Ася довольна и этим. Смеется. Преданно, как собака, не понимающая, о чем говорит хозяин, заглядывает мне в глаза.

Над сигнальными приборами паровозов появляются вспышки пара, но гудков почему-то не слышно. Колеса почему-то не гремят на рельсовых стыках — катятся бесшумно, как автомобильные. Вверху, в угольно-черном небе, прямо над нашими головами сияет одна-единственная, очень странная звезда, крупная, колючая, похожая на дикобраза. Откуда-то доносится горький и едкий дым сожженного хлеба — дым великой беды.

Какие-то люди, перепрыгивая с террасы на террасу, спускаются к нам. Это машинисты и составители.

— Эй, вы, скажите, куда она провалилась?

— Кто? — откликаюсь я. — О чем вы спрашиваете?

— Мы прибыли за рудой, а ее и след простыл, Куда убежала гора Магнитная?

— На своем вековом месте стоит. Вы попираете ее ногами.

— Не выдумывай, старик! Под нашими ногами дно пропасти. Семьдесят метров ниже уровня земли.

— Так это и есть она, Магнит-гора. Бывшая гора. Была и сплыла. Сотни миллионов тонн руды переплавилось в домнах и растеклось чугуном по земному шару. Снимите шапки, друзья, помяните Магнит-гору добрым словом!

Машинисты и составители, вместо того чтобы радоваться, начинают оплакивать исчезнувшую гору. А мы с Асей весело смеемся и шагаем дальше по дну кратера. И натыкаемся на громадную фигуру, высеченную из белого мрамора. Солдатская стриженая голова, очки, гимнастерка, подпоясанная широким ремнем, сапоги. Так это же Антоныч! Магнитка поставила ему памятник!

— Стой! Дальше хода нет! — шепчут каменные уста моего великого друга, и руки его, длинные, как крылья ветряка, упираются в северную и южную стены котлована.

— Пропусти, батько! Пожалуйста. Я спешу.

— Куда? Навстречу своей гибели? Протри глаза, герой! Эх ты, недотепа!

Он помолчал и, чуть прикрыв мраморными веками живой огонь в своих очах, с отвращением рассматривал смуглянку Асю.

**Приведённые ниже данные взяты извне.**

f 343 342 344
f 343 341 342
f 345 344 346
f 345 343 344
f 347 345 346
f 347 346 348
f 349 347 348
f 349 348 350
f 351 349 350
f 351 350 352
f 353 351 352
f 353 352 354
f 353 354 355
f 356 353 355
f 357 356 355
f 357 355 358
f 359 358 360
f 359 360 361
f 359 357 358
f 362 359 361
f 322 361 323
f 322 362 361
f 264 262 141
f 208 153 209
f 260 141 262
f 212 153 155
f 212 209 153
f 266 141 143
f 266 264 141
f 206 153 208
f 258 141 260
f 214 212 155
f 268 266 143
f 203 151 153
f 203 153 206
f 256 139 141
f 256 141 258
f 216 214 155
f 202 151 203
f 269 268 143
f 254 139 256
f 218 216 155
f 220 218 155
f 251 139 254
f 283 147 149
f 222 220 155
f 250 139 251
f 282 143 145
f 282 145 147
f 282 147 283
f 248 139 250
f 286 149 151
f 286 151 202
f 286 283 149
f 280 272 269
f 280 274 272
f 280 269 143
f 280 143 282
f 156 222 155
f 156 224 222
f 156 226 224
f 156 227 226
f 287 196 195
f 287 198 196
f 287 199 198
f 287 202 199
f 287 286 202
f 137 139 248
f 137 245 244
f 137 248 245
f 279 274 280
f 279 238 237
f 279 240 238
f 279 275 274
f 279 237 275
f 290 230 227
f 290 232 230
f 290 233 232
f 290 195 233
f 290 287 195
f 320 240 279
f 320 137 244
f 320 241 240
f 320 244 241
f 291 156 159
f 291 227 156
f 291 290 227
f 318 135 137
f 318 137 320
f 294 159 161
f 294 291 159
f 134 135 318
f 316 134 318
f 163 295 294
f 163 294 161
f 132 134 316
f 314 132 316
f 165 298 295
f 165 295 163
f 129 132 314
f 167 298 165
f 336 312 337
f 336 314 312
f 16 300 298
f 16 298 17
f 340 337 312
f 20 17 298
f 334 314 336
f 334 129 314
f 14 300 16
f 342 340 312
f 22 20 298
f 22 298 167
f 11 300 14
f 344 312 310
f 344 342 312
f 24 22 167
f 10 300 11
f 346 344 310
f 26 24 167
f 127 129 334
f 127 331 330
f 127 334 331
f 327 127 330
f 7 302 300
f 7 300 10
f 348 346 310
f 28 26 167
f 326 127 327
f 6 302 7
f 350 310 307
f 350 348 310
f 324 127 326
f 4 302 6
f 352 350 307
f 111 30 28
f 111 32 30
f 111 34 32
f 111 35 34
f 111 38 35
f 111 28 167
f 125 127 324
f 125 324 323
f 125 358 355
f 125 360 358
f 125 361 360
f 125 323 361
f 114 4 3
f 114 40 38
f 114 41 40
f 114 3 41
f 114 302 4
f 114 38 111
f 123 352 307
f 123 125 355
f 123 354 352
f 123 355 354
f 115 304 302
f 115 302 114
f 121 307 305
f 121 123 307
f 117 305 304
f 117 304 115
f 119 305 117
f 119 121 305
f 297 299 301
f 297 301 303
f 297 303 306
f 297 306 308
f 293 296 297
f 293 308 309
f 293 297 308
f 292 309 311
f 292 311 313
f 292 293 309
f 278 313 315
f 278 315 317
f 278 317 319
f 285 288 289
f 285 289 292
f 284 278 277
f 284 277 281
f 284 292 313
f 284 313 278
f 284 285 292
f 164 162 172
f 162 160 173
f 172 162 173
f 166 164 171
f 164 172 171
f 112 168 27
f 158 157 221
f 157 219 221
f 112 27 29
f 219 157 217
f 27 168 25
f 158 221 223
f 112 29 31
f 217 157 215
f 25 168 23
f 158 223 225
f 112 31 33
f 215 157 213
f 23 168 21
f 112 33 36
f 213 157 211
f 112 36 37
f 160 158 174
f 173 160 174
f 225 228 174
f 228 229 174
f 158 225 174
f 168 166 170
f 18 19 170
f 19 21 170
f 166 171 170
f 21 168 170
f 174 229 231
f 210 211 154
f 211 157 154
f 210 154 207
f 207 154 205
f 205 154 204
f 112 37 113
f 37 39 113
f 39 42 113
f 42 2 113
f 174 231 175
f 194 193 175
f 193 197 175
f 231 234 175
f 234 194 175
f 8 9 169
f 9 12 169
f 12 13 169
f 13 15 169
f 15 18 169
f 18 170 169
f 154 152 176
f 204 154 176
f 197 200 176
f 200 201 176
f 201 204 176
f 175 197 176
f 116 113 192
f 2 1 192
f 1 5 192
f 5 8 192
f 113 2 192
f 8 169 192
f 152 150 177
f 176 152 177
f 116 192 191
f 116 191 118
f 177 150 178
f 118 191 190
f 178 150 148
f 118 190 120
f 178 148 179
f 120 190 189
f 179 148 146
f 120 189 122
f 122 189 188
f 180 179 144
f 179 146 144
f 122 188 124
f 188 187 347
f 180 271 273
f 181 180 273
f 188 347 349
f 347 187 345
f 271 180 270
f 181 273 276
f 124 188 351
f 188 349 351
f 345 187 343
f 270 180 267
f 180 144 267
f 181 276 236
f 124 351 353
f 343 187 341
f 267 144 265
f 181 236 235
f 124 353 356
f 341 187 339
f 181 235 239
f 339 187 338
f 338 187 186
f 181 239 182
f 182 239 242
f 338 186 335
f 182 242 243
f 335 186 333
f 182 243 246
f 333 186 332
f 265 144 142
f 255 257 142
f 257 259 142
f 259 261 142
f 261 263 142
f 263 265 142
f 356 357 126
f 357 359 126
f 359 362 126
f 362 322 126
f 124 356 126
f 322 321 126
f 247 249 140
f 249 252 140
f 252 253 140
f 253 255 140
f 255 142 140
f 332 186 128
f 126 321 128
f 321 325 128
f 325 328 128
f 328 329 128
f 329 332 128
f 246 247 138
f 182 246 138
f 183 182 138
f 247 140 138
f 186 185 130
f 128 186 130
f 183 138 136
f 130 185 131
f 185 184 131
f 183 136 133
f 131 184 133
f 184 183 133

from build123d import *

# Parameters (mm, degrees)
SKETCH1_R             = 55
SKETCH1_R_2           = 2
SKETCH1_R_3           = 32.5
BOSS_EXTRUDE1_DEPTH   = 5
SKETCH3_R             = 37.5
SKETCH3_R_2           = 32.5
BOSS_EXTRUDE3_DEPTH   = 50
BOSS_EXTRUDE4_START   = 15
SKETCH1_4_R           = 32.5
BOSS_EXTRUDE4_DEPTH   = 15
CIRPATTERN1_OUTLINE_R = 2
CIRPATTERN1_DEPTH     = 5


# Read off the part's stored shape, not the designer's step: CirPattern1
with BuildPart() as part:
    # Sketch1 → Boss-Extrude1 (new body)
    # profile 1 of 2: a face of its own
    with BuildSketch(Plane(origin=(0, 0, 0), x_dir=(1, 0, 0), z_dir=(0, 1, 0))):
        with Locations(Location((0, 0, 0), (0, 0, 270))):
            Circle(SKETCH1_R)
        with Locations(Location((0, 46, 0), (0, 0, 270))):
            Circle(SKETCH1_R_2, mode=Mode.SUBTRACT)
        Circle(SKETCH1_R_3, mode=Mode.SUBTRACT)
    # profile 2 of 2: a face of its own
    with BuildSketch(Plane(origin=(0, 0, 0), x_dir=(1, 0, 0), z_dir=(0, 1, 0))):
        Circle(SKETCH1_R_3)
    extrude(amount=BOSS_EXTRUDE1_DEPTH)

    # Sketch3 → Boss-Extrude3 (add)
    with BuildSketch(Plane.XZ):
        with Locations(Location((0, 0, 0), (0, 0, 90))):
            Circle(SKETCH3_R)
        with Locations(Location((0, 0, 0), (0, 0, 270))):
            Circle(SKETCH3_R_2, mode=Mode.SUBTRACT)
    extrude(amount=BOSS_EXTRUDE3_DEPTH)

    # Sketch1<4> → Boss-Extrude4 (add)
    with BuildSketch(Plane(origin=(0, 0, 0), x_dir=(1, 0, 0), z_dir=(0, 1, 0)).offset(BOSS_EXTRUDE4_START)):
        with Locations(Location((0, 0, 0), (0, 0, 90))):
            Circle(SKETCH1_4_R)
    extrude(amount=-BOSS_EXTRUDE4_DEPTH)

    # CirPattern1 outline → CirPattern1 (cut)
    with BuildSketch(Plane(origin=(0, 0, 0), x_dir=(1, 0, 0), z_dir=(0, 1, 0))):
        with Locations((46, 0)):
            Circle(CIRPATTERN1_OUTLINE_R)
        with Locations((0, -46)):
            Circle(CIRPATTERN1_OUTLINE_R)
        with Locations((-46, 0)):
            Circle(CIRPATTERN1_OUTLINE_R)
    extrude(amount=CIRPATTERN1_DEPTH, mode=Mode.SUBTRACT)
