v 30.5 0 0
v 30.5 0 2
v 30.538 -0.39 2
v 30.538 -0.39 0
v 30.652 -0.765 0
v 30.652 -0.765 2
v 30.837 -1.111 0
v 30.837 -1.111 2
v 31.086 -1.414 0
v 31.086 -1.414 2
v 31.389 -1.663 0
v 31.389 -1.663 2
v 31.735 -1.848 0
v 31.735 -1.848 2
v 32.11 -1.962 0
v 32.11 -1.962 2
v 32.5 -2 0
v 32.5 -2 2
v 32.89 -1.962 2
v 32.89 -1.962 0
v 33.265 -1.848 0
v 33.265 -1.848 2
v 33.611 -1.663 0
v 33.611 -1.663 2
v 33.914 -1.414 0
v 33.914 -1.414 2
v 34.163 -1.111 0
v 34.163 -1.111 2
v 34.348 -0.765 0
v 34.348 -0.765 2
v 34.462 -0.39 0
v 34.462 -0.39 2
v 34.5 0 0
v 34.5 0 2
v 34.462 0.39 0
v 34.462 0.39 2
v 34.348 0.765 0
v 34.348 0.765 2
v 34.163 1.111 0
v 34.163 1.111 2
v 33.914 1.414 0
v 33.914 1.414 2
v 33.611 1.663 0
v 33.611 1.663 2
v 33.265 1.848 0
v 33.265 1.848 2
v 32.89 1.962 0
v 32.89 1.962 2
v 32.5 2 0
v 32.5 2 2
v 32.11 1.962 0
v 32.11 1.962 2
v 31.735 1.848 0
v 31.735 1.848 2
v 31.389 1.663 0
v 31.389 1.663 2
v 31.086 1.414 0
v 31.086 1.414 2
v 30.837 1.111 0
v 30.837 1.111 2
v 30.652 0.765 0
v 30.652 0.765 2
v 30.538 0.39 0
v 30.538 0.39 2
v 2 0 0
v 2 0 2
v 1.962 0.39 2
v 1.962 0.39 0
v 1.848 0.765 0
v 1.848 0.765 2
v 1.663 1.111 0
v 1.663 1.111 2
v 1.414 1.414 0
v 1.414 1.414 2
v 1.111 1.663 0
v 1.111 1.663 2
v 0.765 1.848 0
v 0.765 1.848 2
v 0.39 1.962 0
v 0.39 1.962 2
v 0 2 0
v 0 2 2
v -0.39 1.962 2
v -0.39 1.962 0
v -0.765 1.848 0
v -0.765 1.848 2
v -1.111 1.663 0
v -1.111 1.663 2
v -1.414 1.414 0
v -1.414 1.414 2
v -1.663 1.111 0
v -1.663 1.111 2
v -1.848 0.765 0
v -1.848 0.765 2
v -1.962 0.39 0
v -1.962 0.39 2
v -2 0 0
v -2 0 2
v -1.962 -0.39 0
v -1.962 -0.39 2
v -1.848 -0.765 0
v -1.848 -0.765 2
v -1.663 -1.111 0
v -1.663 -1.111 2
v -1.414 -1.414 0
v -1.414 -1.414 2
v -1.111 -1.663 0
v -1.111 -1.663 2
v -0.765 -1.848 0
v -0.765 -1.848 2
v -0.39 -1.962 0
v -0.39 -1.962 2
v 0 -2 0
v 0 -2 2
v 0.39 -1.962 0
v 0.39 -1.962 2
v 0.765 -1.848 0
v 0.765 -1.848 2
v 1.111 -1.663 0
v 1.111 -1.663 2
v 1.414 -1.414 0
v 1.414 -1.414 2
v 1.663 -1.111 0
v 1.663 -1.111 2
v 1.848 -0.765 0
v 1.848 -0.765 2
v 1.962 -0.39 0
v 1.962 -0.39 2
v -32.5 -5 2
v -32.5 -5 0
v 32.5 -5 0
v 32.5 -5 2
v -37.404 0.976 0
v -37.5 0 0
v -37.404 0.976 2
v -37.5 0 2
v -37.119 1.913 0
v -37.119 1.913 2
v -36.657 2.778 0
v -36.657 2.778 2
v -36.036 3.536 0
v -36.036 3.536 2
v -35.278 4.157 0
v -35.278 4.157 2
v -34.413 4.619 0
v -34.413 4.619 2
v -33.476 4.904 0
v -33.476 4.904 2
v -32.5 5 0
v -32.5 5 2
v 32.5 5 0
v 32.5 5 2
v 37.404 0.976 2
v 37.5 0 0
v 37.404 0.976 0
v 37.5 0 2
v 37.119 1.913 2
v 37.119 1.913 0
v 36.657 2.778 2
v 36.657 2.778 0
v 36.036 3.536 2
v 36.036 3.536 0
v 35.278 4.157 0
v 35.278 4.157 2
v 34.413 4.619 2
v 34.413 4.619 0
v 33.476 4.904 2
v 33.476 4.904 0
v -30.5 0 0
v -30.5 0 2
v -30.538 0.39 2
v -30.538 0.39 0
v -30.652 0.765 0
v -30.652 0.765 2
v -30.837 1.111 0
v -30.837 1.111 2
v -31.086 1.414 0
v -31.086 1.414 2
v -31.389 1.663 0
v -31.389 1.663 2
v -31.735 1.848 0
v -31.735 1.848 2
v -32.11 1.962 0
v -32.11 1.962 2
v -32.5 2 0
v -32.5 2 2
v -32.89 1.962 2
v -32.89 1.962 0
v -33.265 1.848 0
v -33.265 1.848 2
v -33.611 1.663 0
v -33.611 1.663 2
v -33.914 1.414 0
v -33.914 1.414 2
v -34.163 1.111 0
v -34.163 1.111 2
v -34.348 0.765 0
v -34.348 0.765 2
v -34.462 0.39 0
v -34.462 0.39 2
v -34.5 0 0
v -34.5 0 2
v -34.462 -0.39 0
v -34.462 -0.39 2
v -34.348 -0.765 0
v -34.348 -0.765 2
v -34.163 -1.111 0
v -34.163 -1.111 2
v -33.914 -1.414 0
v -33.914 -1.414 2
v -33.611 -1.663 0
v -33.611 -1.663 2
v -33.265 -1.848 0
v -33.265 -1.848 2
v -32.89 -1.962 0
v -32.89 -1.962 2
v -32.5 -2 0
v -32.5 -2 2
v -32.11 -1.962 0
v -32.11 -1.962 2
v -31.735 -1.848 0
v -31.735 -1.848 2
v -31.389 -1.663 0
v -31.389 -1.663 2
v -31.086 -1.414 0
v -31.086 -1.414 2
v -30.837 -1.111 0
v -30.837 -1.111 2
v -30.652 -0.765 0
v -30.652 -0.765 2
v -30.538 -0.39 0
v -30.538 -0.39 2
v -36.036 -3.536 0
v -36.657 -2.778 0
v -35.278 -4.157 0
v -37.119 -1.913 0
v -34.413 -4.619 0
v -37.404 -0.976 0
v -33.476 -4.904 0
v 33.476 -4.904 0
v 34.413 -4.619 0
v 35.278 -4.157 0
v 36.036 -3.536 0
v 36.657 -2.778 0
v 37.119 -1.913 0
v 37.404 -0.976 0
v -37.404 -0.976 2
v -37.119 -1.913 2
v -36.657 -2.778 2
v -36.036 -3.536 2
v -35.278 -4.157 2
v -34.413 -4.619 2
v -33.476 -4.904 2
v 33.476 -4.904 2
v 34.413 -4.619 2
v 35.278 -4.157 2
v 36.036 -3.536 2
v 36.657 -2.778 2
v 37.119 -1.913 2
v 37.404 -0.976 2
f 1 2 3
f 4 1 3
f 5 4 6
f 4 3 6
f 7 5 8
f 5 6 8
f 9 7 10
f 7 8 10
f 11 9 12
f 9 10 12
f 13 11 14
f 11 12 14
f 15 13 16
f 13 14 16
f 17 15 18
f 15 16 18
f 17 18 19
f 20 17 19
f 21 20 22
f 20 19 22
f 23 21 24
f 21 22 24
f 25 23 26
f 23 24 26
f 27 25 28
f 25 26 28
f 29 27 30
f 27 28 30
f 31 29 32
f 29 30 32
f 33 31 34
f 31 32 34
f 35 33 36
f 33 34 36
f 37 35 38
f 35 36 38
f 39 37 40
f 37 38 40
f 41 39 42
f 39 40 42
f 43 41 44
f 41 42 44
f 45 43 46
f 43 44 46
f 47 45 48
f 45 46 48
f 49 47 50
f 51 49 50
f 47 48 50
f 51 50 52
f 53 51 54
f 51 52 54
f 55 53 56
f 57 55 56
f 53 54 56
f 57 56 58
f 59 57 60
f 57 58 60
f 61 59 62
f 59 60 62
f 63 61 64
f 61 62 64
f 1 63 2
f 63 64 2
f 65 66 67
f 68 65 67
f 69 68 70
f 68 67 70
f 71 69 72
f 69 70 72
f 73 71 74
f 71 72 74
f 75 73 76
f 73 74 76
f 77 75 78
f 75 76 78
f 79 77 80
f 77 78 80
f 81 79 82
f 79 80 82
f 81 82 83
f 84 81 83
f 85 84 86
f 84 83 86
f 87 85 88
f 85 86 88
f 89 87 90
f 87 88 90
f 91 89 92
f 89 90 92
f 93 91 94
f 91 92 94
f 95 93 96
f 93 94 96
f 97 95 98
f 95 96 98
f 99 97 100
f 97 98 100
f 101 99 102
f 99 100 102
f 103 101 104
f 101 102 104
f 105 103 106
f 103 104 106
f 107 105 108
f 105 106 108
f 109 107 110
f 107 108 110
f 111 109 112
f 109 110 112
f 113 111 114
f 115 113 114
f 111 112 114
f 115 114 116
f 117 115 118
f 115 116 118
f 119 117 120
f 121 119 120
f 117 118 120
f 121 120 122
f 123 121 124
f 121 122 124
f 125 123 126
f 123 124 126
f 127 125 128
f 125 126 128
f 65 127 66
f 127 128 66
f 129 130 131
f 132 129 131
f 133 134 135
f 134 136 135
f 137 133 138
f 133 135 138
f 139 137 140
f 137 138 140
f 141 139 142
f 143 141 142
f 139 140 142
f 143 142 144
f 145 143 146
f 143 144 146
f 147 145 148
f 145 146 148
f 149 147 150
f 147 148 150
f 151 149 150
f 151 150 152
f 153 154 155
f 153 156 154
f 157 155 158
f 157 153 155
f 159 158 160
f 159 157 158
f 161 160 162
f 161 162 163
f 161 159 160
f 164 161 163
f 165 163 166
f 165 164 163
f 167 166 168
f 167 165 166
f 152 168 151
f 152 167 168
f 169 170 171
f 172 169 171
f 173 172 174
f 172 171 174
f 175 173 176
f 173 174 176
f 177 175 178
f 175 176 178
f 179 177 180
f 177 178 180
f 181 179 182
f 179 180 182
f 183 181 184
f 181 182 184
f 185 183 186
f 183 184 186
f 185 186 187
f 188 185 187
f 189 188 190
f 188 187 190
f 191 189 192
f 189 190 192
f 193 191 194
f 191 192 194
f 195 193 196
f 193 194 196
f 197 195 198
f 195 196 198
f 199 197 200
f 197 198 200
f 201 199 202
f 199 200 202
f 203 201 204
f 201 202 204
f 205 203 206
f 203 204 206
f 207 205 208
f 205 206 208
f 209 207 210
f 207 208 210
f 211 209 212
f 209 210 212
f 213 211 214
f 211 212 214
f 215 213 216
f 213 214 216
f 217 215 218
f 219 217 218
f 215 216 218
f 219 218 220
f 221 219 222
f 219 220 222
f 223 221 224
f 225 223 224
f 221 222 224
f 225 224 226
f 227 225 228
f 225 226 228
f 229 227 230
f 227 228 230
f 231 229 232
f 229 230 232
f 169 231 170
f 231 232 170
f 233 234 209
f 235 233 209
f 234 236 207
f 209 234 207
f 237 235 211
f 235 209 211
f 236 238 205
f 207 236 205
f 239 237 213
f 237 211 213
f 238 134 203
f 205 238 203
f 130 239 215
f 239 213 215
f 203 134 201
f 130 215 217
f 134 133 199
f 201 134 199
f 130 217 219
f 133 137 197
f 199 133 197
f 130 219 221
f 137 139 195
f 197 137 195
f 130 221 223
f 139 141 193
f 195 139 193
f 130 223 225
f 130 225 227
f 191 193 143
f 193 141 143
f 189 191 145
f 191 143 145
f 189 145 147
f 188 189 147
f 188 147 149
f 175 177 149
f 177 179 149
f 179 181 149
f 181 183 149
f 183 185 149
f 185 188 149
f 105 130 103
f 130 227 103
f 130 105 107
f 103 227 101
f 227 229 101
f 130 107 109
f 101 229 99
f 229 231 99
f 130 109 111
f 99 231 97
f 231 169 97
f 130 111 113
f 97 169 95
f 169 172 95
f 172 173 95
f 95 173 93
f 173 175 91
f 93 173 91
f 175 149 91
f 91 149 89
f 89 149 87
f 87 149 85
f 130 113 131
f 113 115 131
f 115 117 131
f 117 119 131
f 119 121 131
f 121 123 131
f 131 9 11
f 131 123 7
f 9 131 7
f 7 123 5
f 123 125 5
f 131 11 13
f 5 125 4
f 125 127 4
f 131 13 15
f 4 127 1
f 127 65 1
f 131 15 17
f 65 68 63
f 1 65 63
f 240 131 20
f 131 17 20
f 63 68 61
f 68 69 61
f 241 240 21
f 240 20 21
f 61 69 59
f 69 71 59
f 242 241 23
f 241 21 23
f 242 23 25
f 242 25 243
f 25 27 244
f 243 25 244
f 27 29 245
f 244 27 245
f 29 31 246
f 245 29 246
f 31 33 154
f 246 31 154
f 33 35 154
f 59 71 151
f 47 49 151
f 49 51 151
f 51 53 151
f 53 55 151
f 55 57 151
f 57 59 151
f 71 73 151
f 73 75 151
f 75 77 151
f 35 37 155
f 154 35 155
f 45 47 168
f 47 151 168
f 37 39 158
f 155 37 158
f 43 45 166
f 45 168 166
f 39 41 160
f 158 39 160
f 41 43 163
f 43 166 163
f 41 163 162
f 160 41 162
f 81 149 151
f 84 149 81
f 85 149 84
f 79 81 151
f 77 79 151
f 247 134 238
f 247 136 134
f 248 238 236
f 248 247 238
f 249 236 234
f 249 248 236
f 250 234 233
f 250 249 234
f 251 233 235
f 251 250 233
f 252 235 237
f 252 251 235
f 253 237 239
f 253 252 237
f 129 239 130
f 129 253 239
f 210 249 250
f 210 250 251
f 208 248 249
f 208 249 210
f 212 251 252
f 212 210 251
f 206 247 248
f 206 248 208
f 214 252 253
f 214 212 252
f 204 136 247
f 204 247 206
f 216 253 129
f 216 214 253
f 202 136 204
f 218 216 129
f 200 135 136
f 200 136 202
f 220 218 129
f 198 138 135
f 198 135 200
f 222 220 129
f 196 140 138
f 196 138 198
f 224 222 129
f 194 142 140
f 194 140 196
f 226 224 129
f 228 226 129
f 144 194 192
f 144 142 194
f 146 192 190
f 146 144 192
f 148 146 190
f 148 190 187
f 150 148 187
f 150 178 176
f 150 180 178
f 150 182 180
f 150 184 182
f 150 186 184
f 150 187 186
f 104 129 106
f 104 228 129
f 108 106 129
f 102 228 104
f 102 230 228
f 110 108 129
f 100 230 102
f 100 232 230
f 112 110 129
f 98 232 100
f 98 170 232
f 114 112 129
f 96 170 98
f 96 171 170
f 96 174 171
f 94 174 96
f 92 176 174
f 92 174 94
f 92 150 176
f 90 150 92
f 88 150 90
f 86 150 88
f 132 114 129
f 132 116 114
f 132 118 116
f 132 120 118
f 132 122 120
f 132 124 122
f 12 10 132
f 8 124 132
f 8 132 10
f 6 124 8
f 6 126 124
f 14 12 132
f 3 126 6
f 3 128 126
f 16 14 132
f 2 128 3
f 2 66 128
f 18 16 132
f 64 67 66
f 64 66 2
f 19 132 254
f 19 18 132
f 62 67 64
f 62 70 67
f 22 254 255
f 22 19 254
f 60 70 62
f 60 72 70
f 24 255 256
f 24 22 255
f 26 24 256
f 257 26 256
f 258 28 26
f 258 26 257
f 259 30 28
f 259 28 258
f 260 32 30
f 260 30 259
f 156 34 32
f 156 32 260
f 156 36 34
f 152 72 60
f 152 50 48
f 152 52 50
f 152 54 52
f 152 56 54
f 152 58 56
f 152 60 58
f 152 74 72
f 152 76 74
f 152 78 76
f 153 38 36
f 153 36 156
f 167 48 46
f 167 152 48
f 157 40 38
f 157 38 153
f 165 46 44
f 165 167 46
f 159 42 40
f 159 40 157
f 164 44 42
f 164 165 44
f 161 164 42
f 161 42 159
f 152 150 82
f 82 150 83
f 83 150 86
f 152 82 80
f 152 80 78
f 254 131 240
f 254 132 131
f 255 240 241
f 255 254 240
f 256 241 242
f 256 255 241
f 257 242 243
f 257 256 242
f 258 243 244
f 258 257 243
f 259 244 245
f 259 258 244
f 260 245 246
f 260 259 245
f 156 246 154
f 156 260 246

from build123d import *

# Parameters (mm, degrees)
SKETCH_1_W          = 75
SKETCH_1_H          = 10
EXTRUDE_1_DEPTH     = 2
FILLET_1_R          = 5
SKETCH_3_R          = 2
CUT_EXTRUDE_1_DEPTH = 2


with BuildPart() as part:
    # 草图1 → 凸台-拉伸1 (new body)
    with BuildSketch(Plane.XY):
        Rectangle(SKETCH_1_W, SKETCH_1_H)
    extrude(amount=EXTRUDE_1_DEPTH)

    # 圆角1
    fillet_1_edges = [part.edges().sort_by_distance(p)[0] for p in [
        (37.5, -5, 1),
        (-37.5, -5, 1),
        (-37.5, 5, 1),
        (37.5, 5, 1),
    ]]
    fillet(fillet_1_edges, radius=FILLET_1_R - 0.0001)  # a hair under: the kernel refuses the full size

    # 草图3 → 切除-拉伸1 (cut)
    with BuildSketch(Plane.XY.offset(2)):
        with Locations((-32.5, 0)):
            Circle(SKETCH_3_R)
        with Locations(Location((32.5, 0, 0), (0, 0, 180))):
            Circle(SKETCH_3_R)
        Circle(SKETCH_3_R)
    extrude(amount=-CUT_EXTRUDE_1_DEPTH, mode=Mode.SUBTRACT)


solid = part.part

— Где твои настоящие друзья, Александр? Где настоящая твоя любовь, Ленка? Где Вася? Где Алеша? Почему отвернулся от них? Не нуждаешься? Кустарь-одиночка?

Смехотворное обвинение. Даже и опровергать не хочется. Снисходительно усмехаюсь.

Ну и ясновидец! Ну и страж! На такое место поставлен, а не ведает, что дружу я с Ваней Гущиным, с товарищем Быбочкиным, с Яковом Семеновичем Губарем, которого знает весь мир, с членом ЦКК Гарбузом.

— Как ты можешь жить без друзей? — громыхает Антоныч. — Догадываюсь, что хочешь сказать: не до них, мол, сейчас мне, едва на шуры-муры времени хватает. Эх!.. Околдован цыганской юбкой! Плохо видишь и туговат на ухо стал. Охмелел? Да, блуд — могучий наркотик.

Вот оно какое дело, старик! Ты считал себя счастливейшим человеком, но, оказывается, в дурмане пребываешь. Тебя страна вознесла на гребень истории, а ему, этому горе-педагогу, кажется, что плесневею я в болоте.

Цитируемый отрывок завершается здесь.